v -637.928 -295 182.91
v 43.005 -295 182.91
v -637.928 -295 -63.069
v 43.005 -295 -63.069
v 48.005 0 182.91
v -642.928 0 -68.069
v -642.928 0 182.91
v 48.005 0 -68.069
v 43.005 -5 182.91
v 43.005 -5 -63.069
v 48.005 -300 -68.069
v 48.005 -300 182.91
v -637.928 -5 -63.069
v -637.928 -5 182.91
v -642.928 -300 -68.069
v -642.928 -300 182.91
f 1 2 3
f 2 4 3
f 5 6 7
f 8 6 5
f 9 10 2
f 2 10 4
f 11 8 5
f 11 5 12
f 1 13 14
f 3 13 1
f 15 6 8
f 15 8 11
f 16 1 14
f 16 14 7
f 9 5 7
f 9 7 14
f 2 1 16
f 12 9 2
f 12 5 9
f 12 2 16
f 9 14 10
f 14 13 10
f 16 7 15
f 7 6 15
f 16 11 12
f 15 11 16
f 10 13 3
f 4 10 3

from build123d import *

# Parameters (mm, degrees)
F0_W     = 90.9334234893
F0_H     = 50.9791802615
F1_DEPTH = 300
F2_DEPTH = 600
F3_DEPTH = 200
F4_T     = -5


with BuildPart() as f1:
    # F0 (on Front) → F1 (new body)
    with BuildSketch(Plane.XZ):
        with Locations((2.5382172316, -42.5791377202)):
            Rectangle(F0_W, F0_H)
    extrude(amount=F1_DEPTH)

    # F2 (add): a face of the model
    f2_faces = [f1.faces().sort_by_distance(p)[0] for p in [
        (-42.928494513, -150, -42.5791377202),
    ]]
    extrude(f2_faces, amount=F2_DEPTH)

    # F3 (add): a face of the model
    f3_faces = [f1.faces().sort_by_distance(p)[0] for p in [
        (-297.4617827684, -150, -17.0895475894),
    ]]
    extrude(f3_faces, amount=F3_DEPTH)

    # F4
    f4_openings = [f1.faces().sort_by_distance(p)[0] for p in [
        (-297.461783, -150, 182.910452),
    ]]
    offset(amount=F4_T, openings=f4_openings)


solid = f1.part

---*---

Return the listing word for word.

### ANSWER FOR THE TASK
v -637.928 -295 182.91
v 43.005 -295 182.91
v -637.928 -295 -63.069
v 43.005 -295 -63.069
v 48.005 0 182.91
v -642.928 0 -68.069
v -642.928 0 182.91
v 48.005 0 -68.069
v 43.005 -5 182.91
v 43.005 -5 -63.069
v 48.005 -300 -68.069
v 48.005 -300 182.91
v -637.928 -5 -63.069
v -637.928 -5 182.91
v -642.928 -300 -68.069
v -642.928 -300 182.91
f 1 2 3
f 2 4 3
f 5 6 7
f 8 6 5
f 9 10 2
f 2 10 4
f 11 8 5
f 11 5 12
f 1 13 14
f 3 13 1
f 15 6 8
f 15 8 11
f 16 1 14
f 16 14 7
f 9 5 7
f 9 7 14
f 2 1 16
f 12 9 2
f 12 5 9
f 12 2 16
f 9 14 10
f 14 13 10
f 16 7 15
f 7 6 15
f 16 11 12
f 15 11 16
f 10 13 3
f 4 10 3

from build123d import *

# Parameters (mm, degrees)
F0_W     = 90.9334234893
F0_H     = 50.9791802615
F1_DEPTH = 300
F2_DEPTH = 600
F3_DEPTH = 200
F4_T     = -5


with BuildPart() as f1:
    # F0 (on Front) → F1 (new body)
    with BuildSketch(Plane.XZ):
        with Locations((2.5382172316, -42.5791377202)):
            Rectangle(F0_W, F0_H)
    extrude(amount=F1_DEPTH)

    # F2 (add): a face of the model
    f2_faces = [f1.faces().sort_by_distance(p)[0] for p in [
        (-42.928494513, -150, -42.5791377202),
    ]]
    extrude(f2_faces, amount=F2_DEPTH)

    # F3 (add): a face of the model
    f3_faces = [f1.faces().sort_by_distance(p)[0] for p in [
        (-297.4617827684, -150, -17.0895475894),
    ]]
    extrude(f3_faces, amount=F3_DEPTH)

    # F4
    f4_openings = [f1.faces().sort_by_distance(p)[0] for p in [
        (-297.461783, -150, 182.910452),
    ]]
    offset(amount=F4_T, openings=f4_openings)


solid = f1.part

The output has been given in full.